• [To do] The entries below hold a line with "v -13.431 -7 -35.552" and a line with "v 19.606 -7 -8.121". Return those lines and all that lie between them, exactly and only.

-------- Input

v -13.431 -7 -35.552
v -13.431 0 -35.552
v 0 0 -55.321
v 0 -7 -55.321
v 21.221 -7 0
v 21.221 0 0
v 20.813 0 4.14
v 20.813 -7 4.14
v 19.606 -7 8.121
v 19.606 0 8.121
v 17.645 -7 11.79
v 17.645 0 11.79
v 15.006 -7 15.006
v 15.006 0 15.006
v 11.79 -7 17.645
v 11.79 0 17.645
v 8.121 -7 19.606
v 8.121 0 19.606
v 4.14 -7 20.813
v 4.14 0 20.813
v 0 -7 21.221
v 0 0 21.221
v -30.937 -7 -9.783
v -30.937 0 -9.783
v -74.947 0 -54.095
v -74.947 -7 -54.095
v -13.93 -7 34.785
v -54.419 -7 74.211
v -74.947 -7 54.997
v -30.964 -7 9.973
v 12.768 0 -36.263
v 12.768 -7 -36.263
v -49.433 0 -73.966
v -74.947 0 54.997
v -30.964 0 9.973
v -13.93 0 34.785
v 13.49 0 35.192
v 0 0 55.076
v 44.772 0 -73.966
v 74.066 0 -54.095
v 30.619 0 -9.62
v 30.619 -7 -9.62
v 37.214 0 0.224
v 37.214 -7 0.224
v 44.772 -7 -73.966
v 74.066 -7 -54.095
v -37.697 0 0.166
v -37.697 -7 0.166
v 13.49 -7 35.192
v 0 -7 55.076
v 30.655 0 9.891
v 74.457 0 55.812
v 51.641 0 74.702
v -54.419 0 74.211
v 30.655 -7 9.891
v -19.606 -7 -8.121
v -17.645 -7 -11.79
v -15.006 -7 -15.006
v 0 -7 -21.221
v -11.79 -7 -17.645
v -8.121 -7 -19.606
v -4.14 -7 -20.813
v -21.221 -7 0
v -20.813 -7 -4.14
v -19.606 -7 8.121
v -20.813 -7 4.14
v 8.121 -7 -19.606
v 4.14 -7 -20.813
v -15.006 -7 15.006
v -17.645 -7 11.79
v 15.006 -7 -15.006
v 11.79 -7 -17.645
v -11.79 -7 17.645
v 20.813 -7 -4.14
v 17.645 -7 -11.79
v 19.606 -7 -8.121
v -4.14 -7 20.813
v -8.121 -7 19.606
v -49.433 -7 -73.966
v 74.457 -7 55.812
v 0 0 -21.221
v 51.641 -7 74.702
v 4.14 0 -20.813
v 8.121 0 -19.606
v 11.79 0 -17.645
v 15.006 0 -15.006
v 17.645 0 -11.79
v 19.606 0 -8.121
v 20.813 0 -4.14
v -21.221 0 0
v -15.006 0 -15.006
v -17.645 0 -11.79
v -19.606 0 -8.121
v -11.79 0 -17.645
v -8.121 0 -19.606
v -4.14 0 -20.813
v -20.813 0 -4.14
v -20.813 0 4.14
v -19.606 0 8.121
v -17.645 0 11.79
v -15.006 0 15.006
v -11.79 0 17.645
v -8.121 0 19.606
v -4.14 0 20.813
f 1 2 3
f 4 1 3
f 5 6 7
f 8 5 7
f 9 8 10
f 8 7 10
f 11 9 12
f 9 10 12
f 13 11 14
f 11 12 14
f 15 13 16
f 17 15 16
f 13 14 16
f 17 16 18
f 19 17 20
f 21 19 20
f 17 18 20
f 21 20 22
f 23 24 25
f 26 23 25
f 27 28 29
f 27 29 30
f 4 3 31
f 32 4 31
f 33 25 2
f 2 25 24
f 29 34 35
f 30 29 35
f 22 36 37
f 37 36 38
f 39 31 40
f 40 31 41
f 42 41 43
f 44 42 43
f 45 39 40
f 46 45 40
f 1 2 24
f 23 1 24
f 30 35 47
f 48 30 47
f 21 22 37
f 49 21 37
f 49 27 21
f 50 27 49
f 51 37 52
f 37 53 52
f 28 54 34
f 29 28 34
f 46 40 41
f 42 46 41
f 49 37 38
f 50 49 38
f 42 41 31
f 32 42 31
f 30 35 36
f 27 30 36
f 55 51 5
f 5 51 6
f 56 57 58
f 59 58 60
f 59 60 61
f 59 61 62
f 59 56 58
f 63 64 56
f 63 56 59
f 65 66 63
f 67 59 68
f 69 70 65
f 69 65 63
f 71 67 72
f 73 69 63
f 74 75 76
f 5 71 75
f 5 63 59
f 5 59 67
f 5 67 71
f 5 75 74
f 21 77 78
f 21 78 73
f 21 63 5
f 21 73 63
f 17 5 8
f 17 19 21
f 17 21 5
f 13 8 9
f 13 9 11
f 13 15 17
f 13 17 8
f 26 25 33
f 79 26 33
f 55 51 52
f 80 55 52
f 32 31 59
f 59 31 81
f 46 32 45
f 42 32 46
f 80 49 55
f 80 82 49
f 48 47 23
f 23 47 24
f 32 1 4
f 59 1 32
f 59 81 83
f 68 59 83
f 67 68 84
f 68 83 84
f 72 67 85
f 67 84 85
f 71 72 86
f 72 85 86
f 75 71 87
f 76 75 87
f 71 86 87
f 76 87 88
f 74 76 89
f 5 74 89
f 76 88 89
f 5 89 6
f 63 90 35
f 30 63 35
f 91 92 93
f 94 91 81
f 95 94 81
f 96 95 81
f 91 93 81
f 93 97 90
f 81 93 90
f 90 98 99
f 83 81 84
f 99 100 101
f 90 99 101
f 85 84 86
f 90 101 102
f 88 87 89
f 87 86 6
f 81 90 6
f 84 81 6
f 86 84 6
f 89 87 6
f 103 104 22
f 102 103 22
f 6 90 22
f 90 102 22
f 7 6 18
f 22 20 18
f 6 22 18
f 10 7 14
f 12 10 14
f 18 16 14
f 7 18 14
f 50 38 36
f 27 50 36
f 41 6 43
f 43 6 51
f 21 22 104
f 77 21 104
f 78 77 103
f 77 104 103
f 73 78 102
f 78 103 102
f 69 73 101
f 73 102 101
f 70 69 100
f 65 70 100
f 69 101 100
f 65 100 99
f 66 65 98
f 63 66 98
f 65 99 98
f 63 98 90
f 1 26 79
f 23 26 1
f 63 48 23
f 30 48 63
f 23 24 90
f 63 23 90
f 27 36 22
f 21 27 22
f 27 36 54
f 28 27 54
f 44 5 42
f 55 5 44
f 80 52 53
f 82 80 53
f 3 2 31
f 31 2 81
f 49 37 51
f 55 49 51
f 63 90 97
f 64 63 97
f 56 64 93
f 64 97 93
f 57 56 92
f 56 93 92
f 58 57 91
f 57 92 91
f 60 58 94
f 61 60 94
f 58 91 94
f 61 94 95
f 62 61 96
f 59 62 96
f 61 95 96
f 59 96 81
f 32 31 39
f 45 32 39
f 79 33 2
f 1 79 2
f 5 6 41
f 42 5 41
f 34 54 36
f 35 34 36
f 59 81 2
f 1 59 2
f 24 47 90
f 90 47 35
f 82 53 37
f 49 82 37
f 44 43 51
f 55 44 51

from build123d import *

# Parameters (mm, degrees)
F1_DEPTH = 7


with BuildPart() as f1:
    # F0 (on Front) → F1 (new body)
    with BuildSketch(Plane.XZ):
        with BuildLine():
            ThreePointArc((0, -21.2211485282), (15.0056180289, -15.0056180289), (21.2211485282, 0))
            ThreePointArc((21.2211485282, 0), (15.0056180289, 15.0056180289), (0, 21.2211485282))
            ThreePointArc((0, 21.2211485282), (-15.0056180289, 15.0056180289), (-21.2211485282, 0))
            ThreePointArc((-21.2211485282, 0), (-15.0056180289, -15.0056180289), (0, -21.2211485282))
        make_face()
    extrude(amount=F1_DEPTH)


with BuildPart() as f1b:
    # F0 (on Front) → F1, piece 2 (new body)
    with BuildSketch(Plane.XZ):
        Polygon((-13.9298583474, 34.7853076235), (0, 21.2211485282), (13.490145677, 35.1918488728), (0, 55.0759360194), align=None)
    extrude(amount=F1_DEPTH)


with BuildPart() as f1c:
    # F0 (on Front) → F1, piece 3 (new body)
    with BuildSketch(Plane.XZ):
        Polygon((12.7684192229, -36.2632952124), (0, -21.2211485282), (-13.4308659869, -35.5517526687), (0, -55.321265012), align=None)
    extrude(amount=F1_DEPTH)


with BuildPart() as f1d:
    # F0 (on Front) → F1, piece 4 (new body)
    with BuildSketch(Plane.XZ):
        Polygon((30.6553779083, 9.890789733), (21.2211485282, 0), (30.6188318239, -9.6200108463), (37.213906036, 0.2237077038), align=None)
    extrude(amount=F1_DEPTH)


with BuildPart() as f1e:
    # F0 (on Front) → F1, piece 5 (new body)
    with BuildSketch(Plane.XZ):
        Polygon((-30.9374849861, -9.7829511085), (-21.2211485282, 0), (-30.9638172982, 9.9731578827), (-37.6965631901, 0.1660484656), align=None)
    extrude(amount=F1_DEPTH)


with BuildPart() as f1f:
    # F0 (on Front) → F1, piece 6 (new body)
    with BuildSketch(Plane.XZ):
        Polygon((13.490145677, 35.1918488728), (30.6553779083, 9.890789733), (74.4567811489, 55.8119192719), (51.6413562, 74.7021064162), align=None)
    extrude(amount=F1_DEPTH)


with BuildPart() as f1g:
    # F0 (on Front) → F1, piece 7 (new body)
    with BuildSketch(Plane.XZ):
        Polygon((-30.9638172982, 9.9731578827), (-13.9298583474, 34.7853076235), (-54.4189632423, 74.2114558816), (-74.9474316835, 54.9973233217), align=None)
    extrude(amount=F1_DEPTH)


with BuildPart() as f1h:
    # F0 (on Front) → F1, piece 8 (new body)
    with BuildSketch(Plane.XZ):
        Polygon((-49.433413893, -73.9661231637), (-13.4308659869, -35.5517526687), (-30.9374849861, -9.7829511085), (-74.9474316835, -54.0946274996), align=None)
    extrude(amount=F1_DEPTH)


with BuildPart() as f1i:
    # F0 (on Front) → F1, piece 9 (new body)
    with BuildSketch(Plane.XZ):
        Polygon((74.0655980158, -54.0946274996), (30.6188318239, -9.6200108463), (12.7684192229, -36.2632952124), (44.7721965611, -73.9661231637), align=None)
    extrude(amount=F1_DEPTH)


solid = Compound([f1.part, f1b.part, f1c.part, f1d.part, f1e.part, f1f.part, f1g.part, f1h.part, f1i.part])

----------------
-------- Input

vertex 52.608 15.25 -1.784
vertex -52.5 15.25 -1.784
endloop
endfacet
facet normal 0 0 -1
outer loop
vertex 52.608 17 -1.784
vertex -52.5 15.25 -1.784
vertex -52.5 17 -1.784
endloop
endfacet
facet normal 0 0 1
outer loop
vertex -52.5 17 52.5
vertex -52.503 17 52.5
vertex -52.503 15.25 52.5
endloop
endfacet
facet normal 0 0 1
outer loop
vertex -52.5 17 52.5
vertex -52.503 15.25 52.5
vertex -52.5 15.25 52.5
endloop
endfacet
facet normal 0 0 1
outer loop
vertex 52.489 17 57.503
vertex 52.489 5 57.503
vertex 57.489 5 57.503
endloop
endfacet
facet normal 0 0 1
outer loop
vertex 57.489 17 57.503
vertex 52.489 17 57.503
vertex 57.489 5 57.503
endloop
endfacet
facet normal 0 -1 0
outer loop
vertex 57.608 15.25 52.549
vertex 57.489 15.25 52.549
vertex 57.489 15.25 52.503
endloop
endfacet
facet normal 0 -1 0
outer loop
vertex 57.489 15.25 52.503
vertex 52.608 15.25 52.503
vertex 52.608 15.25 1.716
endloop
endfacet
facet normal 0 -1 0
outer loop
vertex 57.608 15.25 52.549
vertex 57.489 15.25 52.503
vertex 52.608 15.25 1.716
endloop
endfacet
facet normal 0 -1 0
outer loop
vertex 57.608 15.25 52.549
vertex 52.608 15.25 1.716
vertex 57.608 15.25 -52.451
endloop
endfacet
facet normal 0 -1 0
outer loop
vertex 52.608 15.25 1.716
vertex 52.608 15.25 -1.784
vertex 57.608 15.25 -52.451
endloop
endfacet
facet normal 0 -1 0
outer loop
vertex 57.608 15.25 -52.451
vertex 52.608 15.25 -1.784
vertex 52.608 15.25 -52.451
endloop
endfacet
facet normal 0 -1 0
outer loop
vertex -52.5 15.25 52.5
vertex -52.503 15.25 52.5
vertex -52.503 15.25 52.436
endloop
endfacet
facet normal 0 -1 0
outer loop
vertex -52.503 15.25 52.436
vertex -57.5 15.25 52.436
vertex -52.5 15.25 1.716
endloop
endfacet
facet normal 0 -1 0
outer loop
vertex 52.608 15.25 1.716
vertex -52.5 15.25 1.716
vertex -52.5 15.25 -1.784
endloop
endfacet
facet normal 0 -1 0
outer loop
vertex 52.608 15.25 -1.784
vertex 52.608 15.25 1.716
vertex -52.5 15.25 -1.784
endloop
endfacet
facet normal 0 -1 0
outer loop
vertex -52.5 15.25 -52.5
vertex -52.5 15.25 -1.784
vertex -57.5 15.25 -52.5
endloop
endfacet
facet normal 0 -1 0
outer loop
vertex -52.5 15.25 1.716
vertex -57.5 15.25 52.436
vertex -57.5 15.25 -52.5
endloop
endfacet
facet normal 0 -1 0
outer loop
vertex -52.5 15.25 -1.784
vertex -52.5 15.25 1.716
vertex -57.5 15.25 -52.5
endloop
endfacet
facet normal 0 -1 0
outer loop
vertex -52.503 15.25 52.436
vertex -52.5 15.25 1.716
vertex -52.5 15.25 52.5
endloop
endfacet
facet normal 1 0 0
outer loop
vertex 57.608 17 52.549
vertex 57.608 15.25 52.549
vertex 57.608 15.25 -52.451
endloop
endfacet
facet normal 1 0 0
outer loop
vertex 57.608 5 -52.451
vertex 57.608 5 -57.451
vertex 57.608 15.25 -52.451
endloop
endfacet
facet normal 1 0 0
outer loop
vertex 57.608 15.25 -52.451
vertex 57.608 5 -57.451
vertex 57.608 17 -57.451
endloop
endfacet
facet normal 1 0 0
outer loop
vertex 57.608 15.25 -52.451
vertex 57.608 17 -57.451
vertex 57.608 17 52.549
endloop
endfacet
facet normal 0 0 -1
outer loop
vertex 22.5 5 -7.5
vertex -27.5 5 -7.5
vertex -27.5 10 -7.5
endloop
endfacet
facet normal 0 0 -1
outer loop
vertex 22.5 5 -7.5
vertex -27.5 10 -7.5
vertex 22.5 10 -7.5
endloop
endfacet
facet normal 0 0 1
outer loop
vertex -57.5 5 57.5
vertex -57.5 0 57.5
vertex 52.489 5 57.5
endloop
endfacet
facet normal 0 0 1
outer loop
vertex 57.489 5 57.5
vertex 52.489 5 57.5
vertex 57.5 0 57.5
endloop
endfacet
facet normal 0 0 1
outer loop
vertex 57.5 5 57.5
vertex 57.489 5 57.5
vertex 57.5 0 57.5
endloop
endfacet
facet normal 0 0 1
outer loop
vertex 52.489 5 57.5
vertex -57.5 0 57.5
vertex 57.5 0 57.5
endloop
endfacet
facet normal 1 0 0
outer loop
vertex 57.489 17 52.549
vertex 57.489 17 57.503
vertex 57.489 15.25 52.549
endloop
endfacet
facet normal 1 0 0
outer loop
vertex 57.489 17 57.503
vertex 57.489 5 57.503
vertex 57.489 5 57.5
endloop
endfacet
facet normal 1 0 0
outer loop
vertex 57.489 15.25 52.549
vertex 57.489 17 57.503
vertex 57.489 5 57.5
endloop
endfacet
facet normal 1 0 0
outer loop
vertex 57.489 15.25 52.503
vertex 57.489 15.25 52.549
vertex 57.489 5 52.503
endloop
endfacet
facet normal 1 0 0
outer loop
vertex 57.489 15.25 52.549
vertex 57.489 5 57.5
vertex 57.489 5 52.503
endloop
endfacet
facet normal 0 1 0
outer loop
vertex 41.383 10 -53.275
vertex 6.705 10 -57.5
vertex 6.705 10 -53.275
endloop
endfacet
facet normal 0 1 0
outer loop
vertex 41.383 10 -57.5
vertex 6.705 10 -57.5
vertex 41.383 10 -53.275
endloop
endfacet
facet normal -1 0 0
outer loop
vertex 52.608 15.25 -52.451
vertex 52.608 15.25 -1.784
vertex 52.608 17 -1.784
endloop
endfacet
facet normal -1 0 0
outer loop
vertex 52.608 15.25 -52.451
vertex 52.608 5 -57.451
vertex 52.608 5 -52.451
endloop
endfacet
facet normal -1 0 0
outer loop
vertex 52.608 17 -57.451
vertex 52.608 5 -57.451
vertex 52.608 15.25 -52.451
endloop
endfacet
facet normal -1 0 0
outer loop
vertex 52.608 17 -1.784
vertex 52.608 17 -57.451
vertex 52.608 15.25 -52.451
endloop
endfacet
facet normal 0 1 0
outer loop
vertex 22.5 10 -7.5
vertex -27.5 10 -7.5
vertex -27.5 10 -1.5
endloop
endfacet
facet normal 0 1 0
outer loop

----------------
-------- Input

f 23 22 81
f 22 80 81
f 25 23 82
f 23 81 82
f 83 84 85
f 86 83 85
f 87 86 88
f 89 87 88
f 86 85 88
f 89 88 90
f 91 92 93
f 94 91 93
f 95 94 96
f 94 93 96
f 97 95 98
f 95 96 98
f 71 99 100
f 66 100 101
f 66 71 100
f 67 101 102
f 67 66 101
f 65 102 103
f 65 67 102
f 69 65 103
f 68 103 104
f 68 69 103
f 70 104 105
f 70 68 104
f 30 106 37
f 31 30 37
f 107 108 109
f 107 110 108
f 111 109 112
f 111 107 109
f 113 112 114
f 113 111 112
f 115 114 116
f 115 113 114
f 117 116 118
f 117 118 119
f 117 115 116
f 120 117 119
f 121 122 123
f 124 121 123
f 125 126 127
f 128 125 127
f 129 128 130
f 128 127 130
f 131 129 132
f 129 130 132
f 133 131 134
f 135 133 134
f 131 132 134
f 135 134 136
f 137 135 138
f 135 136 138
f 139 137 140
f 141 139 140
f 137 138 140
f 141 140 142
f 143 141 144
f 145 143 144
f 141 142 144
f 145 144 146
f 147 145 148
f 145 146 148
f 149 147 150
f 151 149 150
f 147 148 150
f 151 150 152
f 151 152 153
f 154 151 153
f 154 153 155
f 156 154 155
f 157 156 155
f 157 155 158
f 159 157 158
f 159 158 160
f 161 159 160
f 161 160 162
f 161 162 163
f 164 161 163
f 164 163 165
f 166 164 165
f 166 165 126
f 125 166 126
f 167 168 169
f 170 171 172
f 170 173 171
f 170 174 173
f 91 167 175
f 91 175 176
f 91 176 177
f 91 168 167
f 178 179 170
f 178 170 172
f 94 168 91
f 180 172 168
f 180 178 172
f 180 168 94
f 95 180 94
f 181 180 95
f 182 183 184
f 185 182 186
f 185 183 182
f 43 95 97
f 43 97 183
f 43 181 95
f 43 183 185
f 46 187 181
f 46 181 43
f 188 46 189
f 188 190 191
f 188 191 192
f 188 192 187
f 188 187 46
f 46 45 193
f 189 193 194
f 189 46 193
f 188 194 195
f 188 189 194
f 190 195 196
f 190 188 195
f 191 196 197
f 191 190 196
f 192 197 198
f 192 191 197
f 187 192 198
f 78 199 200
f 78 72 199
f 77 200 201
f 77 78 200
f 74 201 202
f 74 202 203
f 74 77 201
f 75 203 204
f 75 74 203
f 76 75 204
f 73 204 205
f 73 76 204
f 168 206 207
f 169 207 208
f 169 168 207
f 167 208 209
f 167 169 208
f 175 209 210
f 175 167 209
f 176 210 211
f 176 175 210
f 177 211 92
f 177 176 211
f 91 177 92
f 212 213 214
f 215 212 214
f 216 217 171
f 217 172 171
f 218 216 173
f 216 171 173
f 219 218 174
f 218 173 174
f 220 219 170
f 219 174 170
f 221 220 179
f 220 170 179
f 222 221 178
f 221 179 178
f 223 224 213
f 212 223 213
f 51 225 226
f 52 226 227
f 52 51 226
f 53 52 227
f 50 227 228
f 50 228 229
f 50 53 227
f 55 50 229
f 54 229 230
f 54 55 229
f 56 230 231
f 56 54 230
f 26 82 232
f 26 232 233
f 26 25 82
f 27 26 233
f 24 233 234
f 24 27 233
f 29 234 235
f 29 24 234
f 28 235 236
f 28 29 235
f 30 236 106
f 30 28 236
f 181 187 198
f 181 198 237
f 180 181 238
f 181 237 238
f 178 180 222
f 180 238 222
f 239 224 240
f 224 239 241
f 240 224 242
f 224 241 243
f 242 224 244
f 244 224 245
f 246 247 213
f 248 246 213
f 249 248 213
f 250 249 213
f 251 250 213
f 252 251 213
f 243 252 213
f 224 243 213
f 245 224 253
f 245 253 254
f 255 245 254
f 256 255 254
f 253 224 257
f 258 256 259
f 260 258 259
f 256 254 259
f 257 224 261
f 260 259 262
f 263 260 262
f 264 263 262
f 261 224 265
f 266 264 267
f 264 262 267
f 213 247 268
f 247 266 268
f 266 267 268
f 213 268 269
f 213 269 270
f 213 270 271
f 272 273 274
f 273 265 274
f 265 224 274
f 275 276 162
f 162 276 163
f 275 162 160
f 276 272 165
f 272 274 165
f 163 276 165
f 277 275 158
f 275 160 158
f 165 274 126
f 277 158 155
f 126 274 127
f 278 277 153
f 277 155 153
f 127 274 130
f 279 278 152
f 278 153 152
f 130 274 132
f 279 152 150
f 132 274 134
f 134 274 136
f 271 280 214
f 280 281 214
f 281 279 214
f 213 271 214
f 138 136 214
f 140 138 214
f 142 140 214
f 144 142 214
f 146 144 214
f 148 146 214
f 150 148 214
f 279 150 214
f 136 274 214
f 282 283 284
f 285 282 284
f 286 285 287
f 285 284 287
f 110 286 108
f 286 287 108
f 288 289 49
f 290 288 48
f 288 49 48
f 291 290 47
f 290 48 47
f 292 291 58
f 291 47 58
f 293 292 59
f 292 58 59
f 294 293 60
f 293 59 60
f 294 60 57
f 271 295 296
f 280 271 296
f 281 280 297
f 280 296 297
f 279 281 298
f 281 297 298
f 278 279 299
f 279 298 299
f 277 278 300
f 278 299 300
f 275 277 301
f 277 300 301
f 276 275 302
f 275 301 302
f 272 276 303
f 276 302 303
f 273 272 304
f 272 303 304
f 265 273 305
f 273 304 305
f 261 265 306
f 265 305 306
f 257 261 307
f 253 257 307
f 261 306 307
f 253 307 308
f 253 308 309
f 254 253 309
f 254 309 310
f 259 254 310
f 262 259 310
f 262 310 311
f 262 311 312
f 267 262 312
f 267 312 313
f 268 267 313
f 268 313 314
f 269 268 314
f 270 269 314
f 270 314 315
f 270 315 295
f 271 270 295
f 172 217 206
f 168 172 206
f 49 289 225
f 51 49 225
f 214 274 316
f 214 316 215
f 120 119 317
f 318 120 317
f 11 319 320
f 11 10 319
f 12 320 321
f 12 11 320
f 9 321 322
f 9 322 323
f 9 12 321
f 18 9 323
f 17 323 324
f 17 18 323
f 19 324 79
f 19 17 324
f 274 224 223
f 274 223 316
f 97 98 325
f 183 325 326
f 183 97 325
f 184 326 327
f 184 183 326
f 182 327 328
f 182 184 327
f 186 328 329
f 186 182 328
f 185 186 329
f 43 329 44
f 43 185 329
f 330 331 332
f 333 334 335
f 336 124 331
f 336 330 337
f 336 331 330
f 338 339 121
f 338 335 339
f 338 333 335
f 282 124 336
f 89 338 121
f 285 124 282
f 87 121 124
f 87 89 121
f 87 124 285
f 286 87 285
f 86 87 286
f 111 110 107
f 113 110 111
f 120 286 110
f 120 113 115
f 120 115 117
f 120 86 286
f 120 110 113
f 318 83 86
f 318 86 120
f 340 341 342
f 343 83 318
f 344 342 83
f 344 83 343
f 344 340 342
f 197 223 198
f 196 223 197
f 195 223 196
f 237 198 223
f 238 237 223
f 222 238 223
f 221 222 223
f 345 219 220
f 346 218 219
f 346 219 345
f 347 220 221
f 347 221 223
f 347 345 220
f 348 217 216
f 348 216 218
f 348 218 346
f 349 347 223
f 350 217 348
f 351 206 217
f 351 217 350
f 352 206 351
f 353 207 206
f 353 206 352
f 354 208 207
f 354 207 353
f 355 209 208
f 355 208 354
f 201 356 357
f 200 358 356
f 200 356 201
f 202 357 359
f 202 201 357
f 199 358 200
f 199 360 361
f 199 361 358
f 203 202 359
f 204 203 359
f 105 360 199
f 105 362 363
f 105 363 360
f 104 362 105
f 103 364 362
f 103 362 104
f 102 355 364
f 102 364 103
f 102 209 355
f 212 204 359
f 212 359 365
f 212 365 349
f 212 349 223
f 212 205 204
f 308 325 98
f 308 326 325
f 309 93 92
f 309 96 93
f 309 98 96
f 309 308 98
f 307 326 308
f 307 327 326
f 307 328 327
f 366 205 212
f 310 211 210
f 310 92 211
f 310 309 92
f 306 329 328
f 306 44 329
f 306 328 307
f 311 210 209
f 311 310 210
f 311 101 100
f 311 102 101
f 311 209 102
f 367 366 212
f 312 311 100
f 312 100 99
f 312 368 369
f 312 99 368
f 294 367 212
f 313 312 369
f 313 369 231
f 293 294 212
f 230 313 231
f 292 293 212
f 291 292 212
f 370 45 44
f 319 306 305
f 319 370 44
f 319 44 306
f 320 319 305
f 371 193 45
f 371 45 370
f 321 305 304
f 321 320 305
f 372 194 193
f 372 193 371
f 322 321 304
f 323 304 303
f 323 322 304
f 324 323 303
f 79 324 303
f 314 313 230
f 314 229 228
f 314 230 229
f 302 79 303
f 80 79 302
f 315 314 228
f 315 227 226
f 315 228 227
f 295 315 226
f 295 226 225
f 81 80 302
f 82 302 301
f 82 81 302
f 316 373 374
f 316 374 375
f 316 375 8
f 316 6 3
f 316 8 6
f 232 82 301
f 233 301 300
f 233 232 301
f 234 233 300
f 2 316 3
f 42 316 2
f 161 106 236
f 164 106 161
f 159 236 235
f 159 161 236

----------------

• [Answer area]
v -13.431 -7 -35.552
v -13.431 0 -35.552
v 0 0 -55.321
v 0 -7 -55.321
v 21.221 -7 0
v 21.221 0 0
v 20.813 0 4.14
v 20.813 -7 4.14
v 19.606 -7 8.121
v 19.606 0 8.121
v 17.645 -7 11.79
v 17.645 0 11.79
v 15.006 -7 15.006
v 15.006 0 15.006
v 11.79 -7 17.645
v 11.79 0 17.645
v 8.121 -7 19.606
v 8.121 0 19.606
v 4.14 -7 20.813
v 4.14 0 20.813
v 0 -7 21.221
v 0 0 21.221
v -30.937 -7 -9.783
v -30.937 0 -9.783
v -74.947 0 -54.095
v -74.947 -7 -54.095
v -13.93 -7 34.785
v -54.419 -7 74.211
v -74.947 -7 54.997
v -30.964 -7 9.973
v 12.768 0 -36.263
v 12.768 -7 -36.263
v -49.433 0 -73.966
v -74.947 0 54.997
v -30.964 0 9.973
v -13.93 0 34.785
v 13.49 0 35.192
v 0 0 55.076
v 44.772 0 -73.966
v 74.066 0 -54.095
v 30.619 0 -9.62
v 30.619 -7 -9.62
v 37.214 0 0.224
v 37.214 -7 0.224
v 44.772 -7 -73.966
v 74.066 -7 -54.095
v -37.697 0 0.166
v -37.697 -7 0.166
v 13.49 -7 35.192
v 0 -7 55.076
v 30.655 0 9.891
v 74.457 0 55.812
v 51.641 0 74.702
v -54.419 0 74.211
v 30.655 -7 9.891
v -19.606 -7 -8.121
v -17.645 -7 -11.79
v -15.006 -7 -15.006
v 0 -7 -21.221
v -11.79 -7 -17.645
v -8.121 -7 -19.606
v -4.14 -7 -20.813
v -21.221 -7 0
v -20.813 -7 -4.14
v -19.606 -7 8.121
v -20.813 -7 4.14
v 8.121 -7 -19.606
v 4.14 -7 -20.813
v -15.006 -7 15.006
v -17.645 -7 11.79
v 15.006 -7 -15.006
v 11.79 -7 -17.645
v -11.79 -7 17.645
v 20.813 -7 -4.14
v 17.645 -7 -11.79
v 19.606 -7 -8.121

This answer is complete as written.